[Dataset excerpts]
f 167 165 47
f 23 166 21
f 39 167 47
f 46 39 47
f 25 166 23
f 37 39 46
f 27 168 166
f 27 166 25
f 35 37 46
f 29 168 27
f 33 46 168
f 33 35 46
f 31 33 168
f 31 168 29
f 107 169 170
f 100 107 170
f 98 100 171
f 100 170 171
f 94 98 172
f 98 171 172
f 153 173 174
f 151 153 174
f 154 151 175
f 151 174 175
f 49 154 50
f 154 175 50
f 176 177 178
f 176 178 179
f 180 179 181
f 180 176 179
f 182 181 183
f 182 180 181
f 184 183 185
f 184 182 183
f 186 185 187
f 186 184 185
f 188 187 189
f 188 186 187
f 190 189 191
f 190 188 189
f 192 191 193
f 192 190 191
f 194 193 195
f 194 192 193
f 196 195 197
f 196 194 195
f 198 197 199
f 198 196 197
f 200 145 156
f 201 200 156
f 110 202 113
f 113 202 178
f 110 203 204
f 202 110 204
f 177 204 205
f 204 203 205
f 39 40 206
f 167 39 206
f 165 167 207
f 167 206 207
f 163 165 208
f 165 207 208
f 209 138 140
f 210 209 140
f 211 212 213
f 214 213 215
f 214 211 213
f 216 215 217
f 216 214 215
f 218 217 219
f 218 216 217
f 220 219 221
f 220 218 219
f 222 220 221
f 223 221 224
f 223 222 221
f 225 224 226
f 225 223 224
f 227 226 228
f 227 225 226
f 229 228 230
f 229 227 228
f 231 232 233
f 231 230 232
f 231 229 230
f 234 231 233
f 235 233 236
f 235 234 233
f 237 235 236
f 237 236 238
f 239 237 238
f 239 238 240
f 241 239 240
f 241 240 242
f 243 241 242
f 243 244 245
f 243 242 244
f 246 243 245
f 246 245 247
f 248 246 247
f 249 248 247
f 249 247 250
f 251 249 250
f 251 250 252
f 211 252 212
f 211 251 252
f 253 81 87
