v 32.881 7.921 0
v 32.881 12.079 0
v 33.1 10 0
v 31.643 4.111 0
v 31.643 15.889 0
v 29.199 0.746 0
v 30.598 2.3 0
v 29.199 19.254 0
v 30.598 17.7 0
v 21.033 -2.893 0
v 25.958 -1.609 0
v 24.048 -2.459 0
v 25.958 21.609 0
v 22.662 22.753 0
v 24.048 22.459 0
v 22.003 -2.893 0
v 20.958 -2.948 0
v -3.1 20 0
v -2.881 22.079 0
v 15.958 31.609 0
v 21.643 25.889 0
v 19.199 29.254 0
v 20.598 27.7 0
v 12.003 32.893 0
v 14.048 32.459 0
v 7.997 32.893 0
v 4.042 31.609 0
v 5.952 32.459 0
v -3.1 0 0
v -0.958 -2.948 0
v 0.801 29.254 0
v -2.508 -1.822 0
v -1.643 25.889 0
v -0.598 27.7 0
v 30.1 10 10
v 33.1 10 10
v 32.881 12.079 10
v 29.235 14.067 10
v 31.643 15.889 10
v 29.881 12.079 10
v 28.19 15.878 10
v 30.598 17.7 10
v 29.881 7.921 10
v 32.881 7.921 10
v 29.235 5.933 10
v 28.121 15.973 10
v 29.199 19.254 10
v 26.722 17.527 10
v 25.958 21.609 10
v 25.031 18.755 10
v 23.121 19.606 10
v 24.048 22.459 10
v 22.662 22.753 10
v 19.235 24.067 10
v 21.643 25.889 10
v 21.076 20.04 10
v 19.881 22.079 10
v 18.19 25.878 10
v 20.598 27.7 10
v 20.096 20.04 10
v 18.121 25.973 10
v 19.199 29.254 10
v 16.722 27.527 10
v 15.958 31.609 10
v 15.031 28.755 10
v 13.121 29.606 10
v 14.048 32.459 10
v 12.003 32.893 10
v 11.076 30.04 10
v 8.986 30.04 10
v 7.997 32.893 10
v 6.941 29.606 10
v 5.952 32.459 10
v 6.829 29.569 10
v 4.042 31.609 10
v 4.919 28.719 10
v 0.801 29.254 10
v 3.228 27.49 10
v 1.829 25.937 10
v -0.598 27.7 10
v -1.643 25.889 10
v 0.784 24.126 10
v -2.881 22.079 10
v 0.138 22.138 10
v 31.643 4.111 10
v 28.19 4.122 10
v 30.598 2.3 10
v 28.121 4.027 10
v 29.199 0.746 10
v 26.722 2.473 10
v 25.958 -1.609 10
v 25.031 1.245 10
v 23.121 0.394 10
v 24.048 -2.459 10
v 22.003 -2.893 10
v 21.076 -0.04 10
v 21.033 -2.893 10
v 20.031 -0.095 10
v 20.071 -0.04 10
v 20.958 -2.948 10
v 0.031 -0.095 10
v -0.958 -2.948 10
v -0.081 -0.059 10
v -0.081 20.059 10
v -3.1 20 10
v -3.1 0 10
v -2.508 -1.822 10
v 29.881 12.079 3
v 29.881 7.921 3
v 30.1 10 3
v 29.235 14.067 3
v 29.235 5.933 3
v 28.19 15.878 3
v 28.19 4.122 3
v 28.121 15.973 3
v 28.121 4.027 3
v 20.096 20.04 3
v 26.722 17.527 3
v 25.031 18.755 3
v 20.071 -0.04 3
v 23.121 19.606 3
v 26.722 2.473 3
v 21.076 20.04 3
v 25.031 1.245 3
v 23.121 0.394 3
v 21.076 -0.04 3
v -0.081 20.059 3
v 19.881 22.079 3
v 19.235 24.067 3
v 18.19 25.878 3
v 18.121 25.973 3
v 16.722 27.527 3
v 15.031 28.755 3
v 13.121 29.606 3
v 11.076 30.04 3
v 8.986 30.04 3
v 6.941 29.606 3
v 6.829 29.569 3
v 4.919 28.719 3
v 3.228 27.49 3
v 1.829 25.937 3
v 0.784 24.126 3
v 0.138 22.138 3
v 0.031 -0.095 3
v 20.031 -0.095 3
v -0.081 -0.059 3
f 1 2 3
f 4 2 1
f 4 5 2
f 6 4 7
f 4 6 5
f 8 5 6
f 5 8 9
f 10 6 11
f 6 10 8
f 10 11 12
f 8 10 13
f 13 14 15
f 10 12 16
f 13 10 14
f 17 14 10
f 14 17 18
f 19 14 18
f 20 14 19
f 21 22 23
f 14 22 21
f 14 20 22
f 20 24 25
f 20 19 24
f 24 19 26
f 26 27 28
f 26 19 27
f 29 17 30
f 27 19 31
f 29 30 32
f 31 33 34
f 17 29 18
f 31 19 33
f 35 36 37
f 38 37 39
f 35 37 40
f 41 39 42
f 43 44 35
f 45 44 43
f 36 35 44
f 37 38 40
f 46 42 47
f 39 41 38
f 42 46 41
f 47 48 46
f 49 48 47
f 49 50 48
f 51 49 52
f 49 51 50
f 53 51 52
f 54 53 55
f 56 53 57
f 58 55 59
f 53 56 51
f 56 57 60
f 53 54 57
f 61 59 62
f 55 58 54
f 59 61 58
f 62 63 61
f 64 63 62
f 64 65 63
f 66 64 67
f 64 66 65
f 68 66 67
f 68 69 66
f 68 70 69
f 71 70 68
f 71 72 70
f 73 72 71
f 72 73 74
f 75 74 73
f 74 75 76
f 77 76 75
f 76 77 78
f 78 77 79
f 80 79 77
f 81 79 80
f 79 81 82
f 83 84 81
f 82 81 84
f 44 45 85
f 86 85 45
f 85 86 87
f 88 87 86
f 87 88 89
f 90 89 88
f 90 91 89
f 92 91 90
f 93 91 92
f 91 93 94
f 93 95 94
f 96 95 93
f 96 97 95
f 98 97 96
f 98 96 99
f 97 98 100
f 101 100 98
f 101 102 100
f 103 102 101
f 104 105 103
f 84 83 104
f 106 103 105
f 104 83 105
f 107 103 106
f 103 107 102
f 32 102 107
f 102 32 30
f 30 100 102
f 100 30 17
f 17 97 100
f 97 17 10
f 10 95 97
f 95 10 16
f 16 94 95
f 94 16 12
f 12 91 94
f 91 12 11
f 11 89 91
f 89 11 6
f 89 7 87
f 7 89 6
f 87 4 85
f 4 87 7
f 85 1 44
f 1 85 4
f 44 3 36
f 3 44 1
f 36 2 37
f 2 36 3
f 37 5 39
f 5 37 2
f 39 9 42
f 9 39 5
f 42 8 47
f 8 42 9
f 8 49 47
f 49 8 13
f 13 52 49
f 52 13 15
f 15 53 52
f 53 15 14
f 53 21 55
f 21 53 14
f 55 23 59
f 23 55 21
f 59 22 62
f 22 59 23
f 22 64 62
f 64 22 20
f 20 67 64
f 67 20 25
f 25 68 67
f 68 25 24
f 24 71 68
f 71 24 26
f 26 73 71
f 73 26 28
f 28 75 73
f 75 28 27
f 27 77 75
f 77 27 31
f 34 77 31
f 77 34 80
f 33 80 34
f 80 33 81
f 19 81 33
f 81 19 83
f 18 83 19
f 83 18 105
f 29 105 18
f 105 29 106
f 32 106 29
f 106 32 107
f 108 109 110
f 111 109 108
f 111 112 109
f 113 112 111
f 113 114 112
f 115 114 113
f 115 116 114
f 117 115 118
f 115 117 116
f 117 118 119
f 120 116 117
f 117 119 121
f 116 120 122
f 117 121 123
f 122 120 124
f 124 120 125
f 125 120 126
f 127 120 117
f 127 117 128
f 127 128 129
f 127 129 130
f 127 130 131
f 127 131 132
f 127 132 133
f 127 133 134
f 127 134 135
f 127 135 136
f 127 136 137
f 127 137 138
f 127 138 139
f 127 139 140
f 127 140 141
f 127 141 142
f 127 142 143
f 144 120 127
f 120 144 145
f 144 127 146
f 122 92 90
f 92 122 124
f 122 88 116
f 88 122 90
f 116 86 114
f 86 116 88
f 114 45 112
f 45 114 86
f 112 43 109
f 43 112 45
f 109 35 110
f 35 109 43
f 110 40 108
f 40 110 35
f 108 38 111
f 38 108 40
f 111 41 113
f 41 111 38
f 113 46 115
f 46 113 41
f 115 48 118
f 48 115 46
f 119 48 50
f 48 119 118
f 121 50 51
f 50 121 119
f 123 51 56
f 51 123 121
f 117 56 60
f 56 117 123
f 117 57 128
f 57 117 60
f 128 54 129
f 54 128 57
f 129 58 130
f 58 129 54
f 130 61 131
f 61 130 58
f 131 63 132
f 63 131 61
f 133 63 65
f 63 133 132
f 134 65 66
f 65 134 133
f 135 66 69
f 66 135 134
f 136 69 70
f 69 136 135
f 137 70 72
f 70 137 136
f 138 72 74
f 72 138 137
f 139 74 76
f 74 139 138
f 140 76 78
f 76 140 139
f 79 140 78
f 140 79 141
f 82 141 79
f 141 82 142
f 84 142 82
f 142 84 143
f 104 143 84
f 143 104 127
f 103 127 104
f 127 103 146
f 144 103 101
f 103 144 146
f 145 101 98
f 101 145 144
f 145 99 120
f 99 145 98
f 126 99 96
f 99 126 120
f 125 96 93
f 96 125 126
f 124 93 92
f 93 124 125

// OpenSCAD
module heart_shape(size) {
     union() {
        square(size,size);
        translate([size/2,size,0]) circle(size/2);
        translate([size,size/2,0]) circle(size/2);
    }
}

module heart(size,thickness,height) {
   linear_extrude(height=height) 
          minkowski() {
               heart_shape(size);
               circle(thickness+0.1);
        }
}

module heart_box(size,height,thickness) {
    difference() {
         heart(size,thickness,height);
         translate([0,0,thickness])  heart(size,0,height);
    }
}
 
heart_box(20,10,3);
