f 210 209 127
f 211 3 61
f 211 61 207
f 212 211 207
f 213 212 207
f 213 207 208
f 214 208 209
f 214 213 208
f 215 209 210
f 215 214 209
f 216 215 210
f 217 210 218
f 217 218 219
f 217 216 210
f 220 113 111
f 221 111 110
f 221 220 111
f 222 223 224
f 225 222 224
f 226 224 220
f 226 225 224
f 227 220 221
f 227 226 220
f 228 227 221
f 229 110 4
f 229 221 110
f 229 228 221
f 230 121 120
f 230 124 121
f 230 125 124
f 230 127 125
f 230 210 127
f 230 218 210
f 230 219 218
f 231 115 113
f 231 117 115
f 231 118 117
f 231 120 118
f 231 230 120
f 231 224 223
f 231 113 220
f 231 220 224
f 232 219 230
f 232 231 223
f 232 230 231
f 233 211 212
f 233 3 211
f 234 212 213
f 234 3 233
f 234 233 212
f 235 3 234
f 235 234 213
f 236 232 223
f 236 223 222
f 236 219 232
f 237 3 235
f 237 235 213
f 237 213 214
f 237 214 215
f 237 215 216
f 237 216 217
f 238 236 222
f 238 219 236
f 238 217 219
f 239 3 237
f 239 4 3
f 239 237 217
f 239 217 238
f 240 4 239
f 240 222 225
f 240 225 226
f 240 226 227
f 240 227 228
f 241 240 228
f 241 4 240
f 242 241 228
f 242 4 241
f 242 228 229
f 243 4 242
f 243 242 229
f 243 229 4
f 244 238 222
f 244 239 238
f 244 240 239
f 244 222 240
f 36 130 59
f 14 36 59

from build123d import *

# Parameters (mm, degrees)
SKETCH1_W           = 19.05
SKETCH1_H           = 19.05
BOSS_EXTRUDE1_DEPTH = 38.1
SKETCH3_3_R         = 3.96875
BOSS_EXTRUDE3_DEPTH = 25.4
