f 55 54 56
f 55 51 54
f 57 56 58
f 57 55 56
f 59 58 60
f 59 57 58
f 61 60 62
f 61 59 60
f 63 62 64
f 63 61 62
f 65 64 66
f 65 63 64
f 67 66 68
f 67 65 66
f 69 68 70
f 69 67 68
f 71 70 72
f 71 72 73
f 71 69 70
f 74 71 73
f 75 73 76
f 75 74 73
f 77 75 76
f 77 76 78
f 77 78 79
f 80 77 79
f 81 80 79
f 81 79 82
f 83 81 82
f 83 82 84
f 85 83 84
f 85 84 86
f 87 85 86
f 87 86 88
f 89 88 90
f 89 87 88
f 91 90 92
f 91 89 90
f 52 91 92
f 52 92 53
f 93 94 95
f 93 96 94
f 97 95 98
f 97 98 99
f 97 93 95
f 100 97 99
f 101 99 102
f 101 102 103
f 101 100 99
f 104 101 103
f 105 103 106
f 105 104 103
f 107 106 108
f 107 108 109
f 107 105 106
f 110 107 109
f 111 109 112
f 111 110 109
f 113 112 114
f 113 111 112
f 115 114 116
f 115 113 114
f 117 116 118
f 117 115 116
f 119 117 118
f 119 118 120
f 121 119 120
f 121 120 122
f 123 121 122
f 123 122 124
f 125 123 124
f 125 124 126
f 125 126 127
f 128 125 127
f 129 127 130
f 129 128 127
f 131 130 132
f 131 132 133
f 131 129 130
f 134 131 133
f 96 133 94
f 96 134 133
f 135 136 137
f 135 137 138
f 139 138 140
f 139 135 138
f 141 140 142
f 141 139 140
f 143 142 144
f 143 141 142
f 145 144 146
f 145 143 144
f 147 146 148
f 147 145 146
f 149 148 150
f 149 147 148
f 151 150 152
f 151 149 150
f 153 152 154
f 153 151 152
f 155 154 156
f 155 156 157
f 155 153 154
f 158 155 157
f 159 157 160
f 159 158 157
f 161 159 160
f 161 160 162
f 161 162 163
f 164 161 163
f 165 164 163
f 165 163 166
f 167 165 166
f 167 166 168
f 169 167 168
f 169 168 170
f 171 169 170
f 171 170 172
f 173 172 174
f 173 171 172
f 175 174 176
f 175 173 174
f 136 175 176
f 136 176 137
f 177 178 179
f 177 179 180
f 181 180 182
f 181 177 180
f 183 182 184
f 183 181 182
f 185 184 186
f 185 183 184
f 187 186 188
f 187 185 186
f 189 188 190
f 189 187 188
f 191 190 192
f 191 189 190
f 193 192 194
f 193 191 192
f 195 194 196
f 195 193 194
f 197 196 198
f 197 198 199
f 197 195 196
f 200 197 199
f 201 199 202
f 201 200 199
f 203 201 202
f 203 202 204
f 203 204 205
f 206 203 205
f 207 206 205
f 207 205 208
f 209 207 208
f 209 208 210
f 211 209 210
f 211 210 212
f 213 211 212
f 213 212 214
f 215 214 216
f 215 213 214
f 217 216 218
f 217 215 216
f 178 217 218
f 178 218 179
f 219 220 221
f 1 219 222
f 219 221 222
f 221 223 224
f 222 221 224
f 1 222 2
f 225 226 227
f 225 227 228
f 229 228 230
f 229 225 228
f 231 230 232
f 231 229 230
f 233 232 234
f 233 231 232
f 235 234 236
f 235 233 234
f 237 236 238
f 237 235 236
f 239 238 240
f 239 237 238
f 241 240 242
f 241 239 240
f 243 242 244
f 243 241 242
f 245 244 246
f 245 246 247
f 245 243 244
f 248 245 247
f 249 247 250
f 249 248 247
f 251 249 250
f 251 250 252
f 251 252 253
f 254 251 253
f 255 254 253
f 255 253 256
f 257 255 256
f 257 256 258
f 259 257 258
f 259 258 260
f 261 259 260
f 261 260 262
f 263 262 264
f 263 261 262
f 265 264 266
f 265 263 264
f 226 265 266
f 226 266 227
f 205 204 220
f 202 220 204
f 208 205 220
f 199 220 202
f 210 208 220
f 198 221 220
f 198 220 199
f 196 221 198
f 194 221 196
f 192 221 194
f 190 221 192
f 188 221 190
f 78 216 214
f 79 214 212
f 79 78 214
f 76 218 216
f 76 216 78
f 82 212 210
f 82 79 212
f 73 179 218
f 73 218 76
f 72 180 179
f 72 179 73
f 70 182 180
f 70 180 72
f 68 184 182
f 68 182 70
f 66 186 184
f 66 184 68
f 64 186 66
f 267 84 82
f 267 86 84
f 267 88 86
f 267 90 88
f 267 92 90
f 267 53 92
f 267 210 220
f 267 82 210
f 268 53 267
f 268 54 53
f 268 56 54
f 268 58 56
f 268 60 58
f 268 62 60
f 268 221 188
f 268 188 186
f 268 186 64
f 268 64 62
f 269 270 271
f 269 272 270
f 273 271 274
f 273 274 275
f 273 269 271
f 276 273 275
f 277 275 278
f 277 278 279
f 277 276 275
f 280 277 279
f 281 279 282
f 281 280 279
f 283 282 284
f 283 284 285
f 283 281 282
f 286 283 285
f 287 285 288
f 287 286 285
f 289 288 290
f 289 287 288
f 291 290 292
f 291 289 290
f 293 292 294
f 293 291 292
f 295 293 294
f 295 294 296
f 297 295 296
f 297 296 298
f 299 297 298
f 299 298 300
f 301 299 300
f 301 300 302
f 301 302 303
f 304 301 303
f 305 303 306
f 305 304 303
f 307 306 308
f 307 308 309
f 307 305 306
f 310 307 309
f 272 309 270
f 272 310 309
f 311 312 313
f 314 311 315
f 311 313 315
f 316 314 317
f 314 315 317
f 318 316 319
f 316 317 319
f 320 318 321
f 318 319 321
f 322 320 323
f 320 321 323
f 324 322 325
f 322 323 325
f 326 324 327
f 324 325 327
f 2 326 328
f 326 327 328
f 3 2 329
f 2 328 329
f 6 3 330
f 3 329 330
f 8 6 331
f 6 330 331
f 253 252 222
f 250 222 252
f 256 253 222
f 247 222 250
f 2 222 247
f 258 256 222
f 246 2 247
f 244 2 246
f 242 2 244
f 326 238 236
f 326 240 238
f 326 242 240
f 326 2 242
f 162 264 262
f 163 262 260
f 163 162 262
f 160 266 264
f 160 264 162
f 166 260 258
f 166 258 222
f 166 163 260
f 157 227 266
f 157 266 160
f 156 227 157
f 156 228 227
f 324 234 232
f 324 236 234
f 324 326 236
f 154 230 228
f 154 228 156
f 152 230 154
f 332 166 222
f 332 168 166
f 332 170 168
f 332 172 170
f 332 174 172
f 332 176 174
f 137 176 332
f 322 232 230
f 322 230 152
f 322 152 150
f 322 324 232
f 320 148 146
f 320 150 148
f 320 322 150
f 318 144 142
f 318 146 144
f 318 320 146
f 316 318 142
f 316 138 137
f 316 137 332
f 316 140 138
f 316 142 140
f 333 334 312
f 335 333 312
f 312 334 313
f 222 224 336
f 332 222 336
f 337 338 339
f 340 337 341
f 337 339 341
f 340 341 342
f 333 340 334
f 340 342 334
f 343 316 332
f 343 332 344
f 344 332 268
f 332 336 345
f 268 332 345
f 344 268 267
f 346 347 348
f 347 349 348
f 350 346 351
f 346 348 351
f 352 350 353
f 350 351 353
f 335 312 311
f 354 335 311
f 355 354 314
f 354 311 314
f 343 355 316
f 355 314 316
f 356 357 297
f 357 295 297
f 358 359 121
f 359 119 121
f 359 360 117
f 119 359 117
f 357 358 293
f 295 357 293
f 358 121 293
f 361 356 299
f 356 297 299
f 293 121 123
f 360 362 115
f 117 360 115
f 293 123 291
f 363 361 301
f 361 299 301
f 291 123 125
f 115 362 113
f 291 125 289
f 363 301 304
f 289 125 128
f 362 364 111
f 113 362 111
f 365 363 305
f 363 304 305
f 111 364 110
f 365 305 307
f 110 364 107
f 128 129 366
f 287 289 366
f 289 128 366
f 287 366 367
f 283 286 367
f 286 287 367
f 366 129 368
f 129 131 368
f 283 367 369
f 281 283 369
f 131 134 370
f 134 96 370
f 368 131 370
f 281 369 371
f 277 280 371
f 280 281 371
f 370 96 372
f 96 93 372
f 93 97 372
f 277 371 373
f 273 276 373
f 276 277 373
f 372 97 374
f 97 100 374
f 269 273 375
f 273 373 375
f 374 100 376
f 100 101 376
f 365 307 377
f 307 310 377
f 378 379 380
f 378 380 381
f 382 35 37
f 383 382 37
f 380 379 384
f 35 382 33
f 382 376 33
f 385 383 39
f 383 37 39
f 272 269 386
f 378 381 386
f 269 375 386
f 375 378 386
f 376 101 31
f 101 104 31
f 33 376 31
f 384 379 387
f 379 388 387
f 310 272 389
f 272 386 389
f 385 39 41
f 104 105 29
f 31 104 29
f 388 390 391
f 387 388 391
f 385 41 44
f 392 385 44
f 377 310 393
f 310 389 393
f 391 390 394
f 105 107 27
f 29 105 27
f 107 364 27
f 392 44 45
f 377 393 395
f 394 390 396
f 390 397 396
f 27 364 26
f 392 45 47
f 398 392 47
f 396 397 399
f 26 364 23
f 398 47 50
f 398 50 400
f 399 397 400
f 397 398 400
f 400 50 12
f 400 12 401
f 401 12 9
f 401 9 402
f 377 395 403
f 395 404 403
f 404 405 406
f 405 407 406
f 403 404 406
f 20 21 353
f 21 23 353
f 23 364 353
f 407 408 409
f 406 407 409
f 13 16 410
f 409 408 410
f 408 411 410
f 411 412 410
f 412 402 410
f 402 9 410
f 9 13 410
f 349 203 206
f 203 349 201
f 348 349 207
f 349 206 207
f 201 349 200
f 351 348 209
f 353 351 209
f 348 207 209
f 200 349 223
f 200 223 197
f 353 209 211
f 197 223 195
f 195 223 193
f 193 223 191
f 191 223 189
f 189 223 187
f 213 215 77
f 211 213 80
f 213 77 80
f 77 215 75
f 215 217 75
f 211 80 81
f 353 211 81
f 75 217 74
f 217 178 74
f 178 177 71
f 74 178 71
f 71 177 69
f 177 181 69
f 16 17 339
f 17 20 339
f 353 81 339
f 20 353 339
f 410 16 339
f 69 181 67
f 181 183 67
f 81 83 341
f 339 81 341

PROBLEM STATEMENT:
Would you copy, unchanged, the stretch of the records above that begins at the line containing "f 110 40 108" and ends at the line containing "f 82 141 79", and only that?

REPLY:
f 110 40 108
f 40 110 35
f 108 38 111
f 38 108 40
f 111 41 113
f 41 111 38
f 113 46 115
f 46 113 41
f 115 48 118
f 48 115 46
f 119 48 50
f 48 119 118
f 121 50 51
f 50 121 119
f 123 51 56
f 51 123 121
f 117 56 60
f 56 117 123
f 117 57 128
f 57 117 60
f 128 54 129
f 54 128 57
f 129 58 130
f 58 129 54
f 130 61 131
f 61 130 58
f 131 63 132
f 63 131 61
f 133 63 65
f 63 133 132
f 134 65 66
f 65 134 133
f 135 66 69
f 66 135 134
f 136 69 70
f 69 136 135
f 137 70 72
f 70 137 136
f 138 72 74
f 72 138 137
f 139 74 76
f 74 139 138
f 140 76 78
f 76 140 139
f 79 140 78
f 140 79 141
f 82 141 79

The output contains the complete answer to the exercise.